My son Ethan was born 4 weeks early. He was hydrocephalic and his head was getting bigger ad bigger. It became unsafe for me to risk delivering him naturally. I was retaining water and my blood pressure was high. I was induced at 36 weeks. My Pastor was there waiting with my children and he was brought in as soon as Ethan was born in order to baptize him. Ethan died soon after in my arms. My children never saw their brother alive. He died peacefully and I am thankful for that. We knew he would struggle to breathe and we were afraid of what would transpire that day.

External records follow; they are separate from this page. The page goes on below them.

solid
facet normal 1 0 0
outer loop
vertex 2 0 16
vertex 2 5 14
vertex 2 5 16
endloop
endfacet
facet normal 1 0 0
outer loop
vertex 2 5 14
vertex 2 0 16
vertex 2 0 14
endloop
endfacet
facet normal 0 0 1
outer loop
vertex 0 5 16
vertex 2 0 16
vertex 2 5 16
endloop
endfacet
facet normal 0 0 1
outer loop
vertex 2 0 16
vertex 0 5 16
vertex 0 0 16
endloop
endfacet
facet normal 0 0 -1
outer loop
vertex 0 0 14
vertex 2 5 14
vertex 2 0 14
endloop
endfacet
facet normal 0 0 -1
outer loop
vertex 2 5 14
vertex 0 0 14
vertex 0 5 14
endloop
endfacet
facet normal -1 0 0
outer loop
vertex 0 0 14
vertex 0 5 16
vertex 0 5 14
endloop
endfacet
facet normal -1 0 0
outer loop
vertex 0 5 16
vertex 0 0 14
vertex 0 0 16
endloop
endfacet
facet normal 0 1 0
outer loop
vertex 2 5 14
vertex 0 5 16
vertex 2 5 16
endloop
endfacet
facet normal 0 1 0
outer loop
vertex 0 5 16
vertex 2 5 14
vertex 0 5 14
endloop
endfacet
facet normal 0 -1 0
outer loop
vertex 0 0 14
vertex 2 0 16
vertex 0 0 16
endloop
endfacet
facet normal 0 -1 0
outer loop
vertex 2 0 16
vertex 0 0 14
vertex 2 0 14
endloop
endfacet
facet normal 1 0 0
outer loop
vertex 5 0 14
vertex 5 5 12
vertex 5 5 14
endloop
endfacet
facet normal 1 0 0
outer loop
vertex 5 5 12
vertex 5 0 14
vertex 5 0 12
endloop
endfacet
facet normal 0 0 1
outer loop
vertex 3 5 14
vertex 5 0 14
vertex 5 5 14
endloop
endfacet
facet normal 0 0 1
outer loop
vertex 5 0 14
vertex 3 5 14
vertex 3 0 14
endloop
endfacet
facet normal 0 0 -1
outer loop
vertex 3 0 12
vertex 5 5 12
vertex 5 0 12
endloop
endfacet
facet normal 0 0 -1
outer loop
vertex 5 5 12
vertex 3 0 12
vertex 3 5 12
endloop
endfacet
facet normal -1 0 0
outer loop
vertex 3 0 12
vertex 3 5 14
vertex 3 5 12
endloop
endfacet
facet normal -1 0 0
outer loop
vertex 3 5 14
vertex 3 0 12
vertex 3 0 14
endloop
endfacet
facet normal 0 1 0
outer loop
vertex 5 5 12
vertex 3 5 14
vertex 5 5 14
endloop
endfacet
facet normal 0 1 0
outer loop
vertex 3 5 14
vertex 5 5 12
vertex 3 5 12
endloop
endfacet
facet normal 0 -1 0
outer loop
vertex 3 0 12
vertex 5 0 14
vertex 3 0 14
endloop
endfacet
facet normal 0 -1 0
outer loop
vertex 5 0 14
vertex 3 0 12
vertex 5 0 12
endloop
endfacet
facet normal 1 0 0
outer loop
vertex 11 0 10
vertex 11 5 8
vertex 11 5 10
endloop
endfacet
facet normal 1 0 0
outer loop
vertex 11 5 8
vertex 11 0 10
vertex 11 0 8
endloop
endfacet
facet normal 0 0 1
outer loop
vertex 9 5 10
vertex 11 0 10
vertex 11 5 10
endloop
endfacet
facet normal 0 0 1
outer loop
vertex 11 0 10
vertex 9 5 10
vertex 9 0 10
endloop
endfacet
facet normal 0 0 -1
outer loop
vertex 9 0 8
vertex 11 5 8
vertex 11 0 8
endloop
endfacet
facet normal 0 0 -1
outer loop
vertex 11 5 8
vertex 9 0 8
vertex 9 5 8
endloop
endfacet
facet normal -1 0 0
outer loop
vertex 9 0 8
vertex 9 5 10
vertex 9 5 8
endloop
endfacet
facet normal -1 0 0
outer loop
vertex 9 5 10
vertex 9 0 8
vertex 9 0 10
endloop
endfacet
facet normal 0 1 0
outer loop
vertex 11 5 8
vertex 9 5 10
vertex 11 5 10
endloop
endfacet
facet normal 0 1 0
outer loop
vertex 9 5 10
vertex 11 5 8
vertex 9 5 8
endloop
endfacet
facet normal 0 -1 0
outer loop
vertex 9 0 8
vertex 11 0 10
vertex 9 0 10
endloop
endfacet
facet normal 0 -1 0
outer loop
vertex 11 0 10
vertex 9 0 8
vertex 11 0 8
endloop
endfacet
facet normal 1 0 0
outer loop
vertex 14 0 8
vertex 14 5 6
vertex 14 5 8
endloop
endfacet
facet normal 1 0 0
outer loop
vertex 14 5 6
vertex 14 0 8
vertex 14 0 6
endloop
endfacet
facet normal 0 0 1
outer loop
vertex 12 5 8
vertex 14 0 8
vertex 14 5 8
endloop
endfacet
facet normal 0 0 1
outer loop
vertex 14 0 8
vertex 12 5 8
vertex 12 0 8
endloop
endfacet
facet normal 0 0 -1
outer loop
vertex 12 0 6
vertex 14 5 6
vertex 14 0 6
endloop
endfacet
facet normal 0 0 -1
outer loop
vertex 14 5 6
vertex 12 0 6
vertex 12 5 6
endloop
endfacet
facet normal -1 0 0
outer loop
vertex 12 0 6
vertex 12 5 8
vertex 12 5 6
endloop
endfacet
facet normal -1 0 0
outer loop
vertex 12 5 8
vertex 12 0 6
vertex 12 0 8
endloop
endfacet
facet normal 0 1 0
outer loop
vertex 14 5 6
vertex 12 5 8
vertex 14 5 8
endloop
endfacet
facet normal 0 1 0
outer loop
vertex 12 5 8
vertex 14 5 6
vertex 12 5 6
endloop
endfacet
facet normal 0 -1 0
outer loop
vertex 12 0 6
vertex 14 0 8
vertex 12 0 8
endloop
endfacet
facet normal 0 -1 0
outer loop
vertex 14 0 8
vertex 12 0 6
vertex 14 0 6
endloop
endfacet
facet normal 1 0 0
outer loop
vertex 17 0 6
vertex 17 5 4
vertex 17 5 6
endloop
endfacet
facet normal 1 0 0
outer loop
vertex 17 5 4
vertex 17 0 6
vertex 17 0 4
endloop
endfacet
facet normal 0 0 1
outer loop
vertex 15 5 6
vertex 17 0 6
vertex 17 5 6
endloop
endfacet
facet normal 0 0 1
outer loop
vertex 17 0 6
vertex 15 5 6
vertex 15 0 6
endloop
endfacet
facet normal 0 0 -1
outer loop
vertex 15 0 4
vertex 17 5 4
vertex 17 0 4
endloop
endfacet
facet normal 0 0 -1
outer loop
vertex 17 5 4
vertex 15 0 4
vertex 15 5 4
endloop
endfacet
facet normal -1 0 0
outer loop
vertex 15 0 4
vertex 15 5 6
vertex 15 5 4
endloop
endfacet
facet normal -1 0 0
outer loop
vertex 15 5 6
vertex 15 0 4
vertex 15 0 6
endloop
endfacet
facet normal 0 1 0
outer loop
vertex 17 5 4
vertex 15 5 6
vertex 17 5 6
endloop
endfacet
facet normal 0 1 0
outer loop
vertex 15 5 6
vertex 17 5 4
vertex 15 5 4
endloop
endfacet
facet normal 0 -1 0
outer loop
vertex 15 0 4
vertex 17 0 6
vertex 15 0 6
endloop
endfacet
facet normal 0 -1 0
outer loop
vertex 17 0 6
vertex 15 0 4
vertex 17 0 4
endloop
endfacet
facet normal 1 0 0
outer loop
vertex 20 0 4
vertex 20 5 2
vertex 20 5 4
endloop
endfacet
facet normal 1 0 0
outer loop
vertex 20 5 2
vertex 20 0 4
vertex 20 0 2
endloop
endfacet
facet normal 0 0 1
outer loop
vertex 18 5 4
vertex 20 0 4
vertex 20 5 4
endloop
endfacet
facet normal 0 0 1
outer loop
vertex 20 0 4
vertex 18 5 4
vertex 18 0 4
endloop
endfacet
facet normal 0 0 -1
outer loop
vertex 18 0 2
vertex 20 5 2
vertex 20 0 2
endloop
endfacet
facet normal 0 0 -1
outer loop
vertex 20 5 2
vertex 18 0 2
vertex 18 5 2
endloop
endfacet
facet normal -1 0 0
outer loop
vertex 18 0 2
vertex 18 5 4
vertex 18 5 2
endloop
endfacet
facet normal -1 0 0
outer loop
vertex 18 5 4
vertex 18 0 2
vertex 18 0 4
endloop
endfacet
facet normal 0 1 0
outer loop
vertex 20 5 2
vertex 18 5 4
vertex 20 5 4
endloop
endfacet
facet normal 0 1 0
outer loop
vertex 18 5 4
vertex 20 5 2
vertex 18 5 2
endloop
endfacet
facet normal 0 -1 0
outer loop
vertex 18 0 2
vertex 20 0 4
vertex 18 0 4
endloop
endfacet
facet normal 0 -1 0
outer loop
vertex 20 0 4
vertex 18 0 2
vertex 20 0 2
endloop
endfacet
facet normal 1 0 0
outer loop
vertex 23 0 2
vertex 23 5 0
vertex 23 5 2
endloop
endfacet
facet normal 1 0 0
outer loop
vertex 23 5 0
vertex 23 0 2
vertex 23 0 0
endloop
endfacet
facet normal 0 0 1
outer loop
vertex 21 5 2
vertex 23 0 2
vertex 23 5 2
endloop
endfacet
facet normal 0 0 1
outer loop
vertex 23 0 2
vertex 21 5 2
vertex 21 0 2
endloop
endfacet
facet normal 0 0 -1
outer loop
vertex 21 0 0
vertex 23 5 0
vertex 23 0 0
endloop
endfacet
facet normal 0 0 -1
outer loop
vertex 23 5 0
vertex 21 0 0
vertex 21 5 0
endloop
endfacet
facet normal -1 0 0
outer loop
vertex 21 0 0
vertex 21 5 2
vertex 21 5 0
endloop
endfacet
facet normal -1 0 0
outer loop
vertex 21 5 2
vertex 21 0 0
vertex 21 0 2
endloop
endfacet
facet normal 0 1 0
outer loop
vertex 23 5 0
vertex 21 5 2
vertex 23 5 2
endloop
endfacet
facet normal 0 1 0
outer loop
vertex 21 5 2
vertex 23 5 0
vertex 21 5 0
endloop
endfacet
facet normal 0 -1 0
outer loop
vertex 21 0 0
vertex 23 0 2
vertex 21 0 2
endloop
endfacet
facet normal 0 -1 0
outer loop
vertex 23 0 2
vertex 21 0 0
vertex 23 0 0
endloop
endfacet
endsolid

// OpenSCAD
union() {
  for (i = [0:7]) {
    if (i != 2) {
      translate([i * 3, 0, (7 - i) * 2]) cube(size=[2,5,2], center=false);
    }
  }
}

In the end I guess you could say I had a late term abortion. Or some would say I had an early induction. Or perhaps I gave birth to my son and he died. Semantics really. Through it all the medical community was kind and caring and having my children hold and kiss their brother was an important part of our journey. Leaving the hospital empty handed was hard but in the end that little guy taught all of us so much.
Life throws us curveballs and sometimes we are forced to make decisions that others don’t understand. Hillary didn’t change my views or influence my choices. She gave me a much greater gift. She helped me become a kinder and gentler person. She taught me to chose my words carefully. Because what I say just might not convey what I truly mean. I am grateful. I am pro-choice!